Рамка эта, прежде всего, кинематографическая. Пискатор в скором времени будет ставить картину «48-й год». Я уверен, что картина эта сразу поставит его в первые ряды кинорежиссеров.
Задача, которую преследовал Пискатор в кинорамке для «Гоп-ля», заключалась в создании своего рода музыкально-кинематографической симфонии, характеризующей войну, революцию и послевоенные события. Это выполнено изумительно.

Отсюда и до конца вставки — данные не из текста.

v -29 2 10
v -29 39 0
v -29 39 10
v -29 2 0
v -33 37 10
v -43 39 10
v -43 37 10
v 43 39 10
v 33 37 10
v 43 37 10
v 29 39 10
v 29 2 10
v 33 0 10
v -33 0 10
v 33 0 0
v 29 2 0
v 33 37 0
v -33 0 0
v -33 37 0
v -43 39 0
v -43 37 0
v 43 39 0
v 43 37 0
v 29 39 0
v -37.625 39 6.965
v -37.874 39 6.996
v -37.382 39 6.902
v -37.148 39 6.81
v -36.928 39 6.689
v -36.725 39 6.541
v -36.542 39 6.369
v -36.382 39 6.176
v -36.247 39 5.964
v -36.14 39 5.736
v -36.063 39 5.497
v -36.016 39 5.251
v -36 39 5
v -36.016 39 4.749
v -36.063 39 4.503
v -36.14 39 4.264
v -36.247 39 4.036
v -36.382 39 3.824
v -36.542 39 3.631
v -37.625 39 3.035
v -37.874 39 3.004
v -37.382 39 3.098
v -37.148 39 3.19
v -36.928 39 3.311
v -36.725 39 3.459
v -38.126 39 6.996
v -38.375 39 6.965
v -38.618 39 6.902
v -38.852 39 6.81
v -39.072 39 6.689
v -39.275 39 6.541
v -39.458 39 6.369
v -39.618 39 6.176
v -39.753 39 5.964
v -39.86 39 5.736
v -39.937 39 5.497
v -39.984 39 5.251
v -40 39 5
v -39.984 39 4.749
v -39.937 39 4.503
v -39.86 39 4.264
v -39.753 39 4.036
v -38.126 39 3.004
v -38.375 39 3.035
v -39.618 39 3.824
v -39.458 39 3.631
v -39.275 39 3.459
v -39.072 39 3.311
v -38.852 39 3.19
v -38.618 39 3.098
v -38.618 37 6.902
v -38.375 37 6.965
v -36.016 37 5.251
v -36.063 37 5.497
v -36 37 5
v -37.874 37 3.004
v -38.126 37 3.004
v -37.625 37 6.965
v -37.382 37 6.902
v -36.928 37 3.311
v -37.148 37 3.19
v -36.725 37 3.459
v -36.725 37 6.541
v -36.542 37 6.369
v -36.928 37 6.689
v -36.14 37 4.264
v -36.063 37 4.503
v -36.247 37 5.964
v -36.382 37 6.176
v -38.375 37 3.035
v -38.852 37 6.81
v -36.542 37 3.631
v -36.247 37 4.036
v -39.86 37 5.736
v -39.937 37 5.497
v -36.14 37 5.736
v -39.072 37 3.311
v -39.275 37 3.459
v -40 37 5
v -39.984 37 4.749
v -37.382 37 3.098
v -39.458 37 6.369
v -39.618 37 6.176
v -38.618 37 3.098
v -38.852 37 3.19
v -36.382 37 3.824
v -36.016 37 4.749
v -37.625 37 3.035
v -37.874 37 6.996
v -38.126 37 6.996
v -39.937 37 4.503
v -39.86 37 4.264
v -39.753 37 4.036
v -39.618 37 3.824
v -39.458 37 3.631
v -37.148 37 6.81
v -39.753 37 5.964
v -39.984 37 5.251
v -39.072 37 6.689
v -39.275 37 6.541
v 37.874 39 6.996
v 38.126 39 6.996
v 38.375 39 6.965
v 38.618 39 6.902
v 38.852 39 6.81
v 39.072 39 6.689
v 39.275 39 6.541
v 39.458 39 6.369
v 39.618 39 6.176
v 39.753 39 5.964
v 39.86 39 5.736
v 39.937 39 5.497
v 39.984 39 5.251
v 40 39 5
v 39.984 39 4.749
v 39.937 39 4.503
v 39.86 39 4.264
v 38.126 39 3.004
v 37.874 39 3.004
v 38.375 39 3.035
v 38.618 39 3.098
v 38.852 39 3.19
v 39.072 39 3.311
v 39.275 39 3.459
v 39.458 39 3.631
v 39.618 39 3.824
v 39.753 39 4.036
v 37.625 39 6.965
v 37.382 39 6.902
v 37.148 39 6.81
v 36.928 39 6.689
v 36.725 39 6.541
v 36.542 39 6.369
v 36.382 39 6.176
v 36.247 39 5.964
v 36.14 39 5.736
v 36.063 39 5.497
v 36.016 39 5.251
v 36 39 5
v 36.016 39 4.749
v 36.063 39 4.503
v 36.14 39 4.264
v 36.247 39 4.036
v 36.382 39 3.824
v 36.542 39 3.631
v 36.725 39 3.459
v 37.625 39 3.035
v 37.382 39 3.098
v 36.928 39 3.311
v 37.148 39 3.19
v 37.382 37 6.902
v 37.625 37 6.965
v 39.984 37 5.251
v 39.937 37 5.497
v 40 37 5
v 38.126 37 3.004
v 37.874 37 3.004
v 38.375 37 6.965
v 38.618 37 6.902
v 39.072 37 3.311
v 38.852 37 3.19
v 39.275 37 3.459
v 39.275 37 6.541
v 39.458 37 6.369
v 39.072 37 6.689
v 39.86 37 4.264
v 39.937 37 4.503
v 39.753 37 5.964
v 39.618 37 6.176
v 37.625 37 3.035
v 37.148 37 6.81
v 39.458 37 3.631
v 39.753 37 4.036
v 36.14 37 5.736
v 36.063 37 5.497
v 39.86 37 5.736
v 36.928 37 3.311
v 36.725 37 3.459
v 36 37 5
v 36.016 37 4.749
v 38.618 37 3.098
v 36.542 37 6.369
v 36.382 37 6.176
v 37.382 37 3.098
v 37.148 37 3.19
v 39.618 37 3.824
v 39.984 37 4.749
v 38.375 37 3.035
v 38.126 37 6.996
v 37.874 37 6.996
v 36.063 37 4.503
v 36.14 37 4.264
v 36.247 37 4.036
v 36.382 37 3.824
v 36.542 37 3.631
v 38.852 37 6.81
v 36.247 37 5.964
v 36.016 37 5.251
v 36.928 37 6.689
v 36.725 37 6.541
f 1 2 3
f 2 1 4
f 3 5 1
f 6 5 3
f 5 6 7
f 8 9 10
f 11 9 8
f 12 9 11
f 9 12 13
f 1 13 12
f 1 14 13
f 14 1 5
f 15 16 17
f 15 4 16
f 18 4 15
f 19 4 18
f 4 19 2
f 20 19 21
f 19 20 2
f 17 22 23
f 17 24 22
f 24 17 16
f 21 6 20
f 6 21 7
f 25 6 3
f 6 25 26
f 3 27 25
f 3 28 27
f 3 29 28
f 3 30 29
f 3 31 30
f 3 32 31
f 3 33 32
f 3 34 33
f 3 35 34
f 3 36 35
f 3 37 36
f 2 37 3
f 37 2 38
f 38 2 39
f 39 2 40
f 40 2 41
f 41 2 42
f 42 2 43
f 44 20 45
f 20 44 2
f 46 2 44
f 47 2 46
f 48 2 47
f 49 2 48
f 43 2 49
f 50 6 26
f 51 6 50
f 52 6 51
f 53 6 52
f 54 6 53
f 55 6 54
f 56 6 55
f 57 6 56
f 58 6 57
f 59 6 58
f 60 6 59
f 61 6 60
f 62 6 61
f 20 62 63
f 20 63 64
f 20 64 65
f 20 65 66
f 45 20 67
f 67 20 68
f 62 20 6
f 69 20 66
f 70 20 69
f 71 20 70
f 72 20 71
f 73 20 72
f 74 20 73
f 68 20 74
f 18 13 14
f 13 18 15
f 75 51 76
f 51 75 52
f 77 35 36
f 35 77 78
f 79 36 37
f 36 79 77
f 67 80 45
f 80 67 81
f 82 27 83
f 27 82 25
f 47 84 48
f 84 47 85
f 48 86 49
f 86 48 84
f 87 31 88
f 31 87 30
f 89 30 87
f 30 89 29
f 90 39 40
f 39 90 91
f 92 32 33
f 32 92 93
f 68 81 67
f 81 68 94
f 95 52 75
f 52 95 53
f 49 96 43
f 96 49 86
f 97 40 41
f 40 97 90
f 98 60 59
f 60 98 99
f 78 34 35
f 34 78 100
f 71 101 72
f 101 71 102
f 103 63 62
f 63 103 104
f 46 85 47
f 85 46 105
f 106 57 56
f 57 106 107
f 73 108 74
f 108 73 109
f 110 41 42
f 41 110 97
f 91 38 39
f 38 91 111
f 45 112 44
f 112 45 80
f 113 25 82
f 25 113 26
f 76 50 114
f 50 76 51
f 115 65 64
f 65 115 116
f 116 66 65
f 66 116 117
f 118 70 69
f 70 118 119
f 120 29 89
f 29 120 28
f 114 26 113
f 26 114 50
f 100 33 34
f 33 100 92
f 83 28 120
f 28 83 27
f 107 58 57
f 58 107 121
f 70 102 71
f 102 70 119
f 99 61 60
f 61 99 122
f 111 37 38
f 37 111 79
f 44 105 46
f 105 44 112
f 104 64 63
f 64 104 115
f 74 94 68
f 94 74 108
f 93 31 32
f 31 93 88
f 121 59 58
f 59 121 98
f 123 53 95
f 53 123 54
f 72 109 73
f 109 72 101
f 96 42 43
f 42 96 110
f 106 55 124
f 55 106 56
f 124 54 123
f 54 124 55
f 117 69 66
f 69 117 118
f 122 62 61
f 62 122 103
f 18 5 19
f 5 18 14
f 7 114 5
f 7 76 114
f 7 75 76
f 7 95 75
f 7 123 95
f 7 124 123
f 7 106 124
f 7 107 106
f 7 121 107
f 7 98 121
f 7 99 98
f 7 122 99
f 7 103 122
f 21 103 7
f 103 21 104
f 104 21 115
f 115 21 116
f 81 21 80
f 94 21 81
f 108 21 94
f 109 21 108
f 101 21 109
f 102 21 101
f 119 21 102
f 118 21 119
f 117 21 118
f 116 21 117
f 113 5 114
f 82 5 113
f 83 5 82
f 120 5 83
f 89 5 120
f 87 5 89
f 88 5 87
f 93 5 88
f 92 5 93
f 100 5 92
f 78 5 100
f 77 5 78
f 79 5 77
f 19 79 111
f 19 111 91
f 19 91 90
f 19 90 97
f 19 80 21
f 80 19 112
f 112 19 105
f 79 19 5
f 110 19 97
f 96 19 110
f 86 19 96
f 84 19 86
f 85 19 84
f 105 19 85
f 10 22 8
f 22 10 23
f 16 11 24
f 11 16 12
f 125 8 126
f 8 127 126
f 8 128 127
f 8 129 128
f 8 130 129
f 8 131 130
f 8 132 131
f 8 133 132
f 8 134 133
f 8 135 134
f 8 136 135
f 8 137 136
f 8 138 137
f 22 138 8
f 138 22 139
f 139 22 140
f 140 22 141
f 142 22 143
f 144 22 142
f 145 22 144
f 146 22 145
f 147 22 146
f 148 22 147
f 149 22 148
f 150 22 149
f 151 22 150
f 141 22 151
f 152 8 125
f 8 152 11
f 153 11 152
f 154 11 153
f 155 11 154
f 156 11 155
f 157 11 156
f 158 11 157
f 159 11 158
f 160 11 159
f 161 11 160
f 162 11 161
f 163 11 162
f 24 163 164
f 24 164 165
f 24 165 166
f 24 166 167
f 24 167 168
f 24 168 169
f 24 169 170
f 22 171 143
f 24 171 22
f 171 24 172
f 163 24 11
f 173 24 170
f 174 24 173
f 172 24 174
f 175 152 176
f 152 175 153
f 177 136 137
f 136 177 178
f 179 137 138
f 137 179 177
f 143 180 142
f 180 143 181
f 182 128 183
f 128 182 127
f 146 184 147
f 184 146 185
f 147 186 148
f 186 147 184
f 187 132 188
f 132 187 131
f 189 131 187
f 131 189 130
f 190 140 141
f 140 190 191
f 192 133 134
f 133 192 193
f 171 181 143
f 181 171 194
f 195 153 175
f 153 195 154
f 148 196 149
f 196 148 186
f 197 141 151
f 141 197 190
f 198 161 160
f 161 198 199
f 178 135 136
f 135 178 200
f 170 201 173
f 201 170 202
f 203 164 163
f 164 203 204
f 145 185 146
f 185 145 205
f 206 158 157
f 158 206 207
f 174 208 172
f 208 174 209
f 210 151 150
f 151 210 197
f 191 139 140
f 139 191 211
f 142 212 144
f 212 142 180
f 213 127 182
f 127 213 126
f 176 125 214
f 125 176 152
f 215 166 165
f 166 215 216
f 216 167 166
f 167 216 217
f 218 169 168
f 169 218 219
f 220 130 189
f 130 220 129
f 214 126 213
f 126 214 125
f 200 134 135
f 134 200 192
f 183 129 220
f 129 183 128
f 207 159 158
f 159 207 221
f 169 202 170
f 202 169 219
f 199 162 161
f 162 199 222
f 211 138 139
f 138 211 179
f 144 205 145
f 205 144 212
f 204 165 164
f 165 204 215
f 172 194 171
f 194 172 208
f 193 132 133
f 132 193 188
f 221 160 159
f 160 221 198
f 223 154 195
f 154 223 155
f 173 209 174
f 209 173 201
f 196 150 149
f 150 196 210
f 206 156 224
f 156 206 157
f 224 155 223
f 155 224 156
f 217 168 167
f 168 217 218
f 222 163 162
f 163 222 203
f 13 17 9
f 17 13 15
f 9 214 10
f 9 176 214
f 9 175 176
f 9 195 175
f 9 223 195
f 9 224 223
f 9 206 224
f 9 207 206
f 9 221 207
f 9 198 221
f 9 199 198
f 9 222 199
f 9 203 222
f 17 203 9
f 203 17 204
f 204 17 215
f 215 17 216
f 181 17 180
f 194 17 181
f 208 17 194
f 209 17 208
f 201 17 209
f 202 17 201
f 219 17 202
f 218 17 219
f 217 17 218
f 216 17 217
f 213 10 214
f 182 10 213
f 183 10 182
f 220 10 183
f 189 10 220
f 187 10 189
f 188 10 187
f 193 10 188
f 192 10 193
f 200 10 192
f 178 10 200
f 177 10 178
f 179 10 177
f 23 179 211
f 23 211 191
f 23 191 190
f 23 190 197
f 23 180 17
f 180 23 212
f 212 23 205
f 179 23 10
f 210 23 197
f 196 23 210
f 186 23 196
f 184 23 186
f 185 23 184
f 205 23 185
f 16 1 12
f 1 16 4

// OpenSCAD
diameter = 58;
outerdiam = 4;
width = 2;
height = 10;
screw = 4;
screwHolder = 12 + width;

$fn = 50;
part = 1;

module screwSupport(right, supHeight, bigger) {
    
    difference() { 
        color([1,0,0]) cube([screwHolder, supHeight, height]);

        translate([screwHolder / 2 + (right * (width / 2 + 1)), supHeight * 2, height / 2]) rotate([90, 0, 0]) cylinder(d = screw, h = supHeight * 4);

        if(bigger == 1) {
            translate([right * width * 2, 0, 0]) cube([screwHolder, supHeight - width, height]);
        }
    }
}

holderHeight = 39;

if(part == 1) {
    union() {
        translate([-diameter / 2, 0, 0]) cube([diameter, width, height]);

        translate([-(diameter / 2 + screwHolder), 0, 0]) screwSupport(-1, holderHeight, 1);
        translate([diameter / 2, 0, 0]) screwSupport(1, holderHeight, 1);
    }
}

Картины хроники, отрезки разных художественных фильм, специально заснятых сцен чередуются с необыкновенно четко построенной эмоциональной логикой. Они как будто падают на вас, гигантские видения вовлекают вас в водоворот событий, год за годом рисуются перед вами с их крупнейшими проявлениями. Все это головокружительно, но вместе с тем и убедительно. Поистине история раскрывает перед вами многозначительнейшие страницы своих острейших отношений под музыку; тревожную, шумную, стремительную5
.Как изобретатель сценических эффектов Пискатор прямо неисчерпаем. Когда одна очень хорошая и опытная актриса, — тоже наш товарищ, — сказала мне, что Пискатор — мейерхольдовец и, в сущности, повторяет то, что уже найдено Всеволодом Эмильевичем, я был согласен с ней, пока не видел самого спектакля, но сейчас я решительно возражаю — у Пискатора есть целый ряд приемов в духе Мейерхольда, но изобретенных им самим и использованных с великолепным успехом. Экраны и прожекторы создают у Пискатора целую систему новых приемов декоративного искусства и воздействия на зрителя. Например, когда перед вами рисуется разрез тюрьмы с ее камерами и начинаются перестукивания — тревожные, нервные, по поводу возвращения в тюрьму героя пьесы в качестве убийцы министра, — то на освещаемой вдруг снаружи сетке начинают набрасываться во всех направлениях и разной величины буквами такие же тревожные надписи, расшифровывающие значение стуков. И так как за короткий промежуток проходят огромные события — герой приведен, он разбит и в отчаянии не слышит призывов своих товарищей, он вешается, а между тем настоящий убийца пойман, и уже идут его освобождать — эта тревога перестукиваний достигает какой-то сумасшедшей кульминации, а надписи, багровые, страшные, торопливо испещряют всю сцену вплоть до страшного открытия о смерти арестованного за минуту до его освобождения. Тут и раздается громкий, полный сочувствия, укоризны, и в то же время уверенный голос: «Так не умирают революционеры».
Эта сцена, в которой скомбинированы большая симультанная[89]
декорация (шесть-семь камер), прозрачный занавес, который то позволяет вам видеть глубину сцены, то превращается в экран, стуки, музыка, прожектор со своими живыми надписями — все это представляет собой такую театральную комбинацию, какой я еще не видел.Я не могу в этой статье перечислить всех замечательных выдумок Пискатора. Спектакль этот надо видеть, и я надеюсь, что мы в Москве тоже увидим его6
.Второй спектакль — «Распутин», который сейчас прошел в Берлине с выдающимся успехом [и] представляет собой переделку известной пьесы «Заговор императрицы»7
, я видел в незаконченной форме на репетиции. И здесь кинематографические вступления, которые широко использовали многие хроники, художественные фильмы, заснятые у нас, производят неотразимо волнующее впечатление.Интересен также основной замысел постановки: громадное полушарие — верхняя часть глобуса, которая вращается; на его поверхностях отражаются кинопроекции и в определенный момент открываются большие или малые амбразуры в шара и на соответственной площадке происходит действие. Действие, может происходить одновременно на трех или четырех площадках или заполнять всю сцену8
.Я видел не весь спектакль и не могу о нем судить. Могу сказать только, что самая пьеса, от которой я вообще не в восхищении, потеряла в игре немецких актеров, очень хороших, однако. Вегенер, играющий Распутина, дает импозантную фигуру, но все же не убедительную для тех, кто видел в этой роли Стефанова9
и кто вообще хорошо знает русскую жизнь. То же можно сказать и о других изобразителях русских.Но Пискатор вставил множество иногда чрезвычайно эффектных интерполяций: народные сцены, в которых чередуются разные афоризмы насчет войны и революции с революционными гимнами, сцена, в которой одновременно в трех амбразурах Николай II, Вильгельм и Иосиф молятся каждый своему богу о победе и отрекаются от всякой виновности в войне.
Русских зрителей, вероятно, в законченном спектакле многое будет несколько шокировать, но эти шероховатости немецкому зрителю не будут чувствительны, и я не удивляюсь, что, в общем и целом, «Распутин» имел в Берлине успех.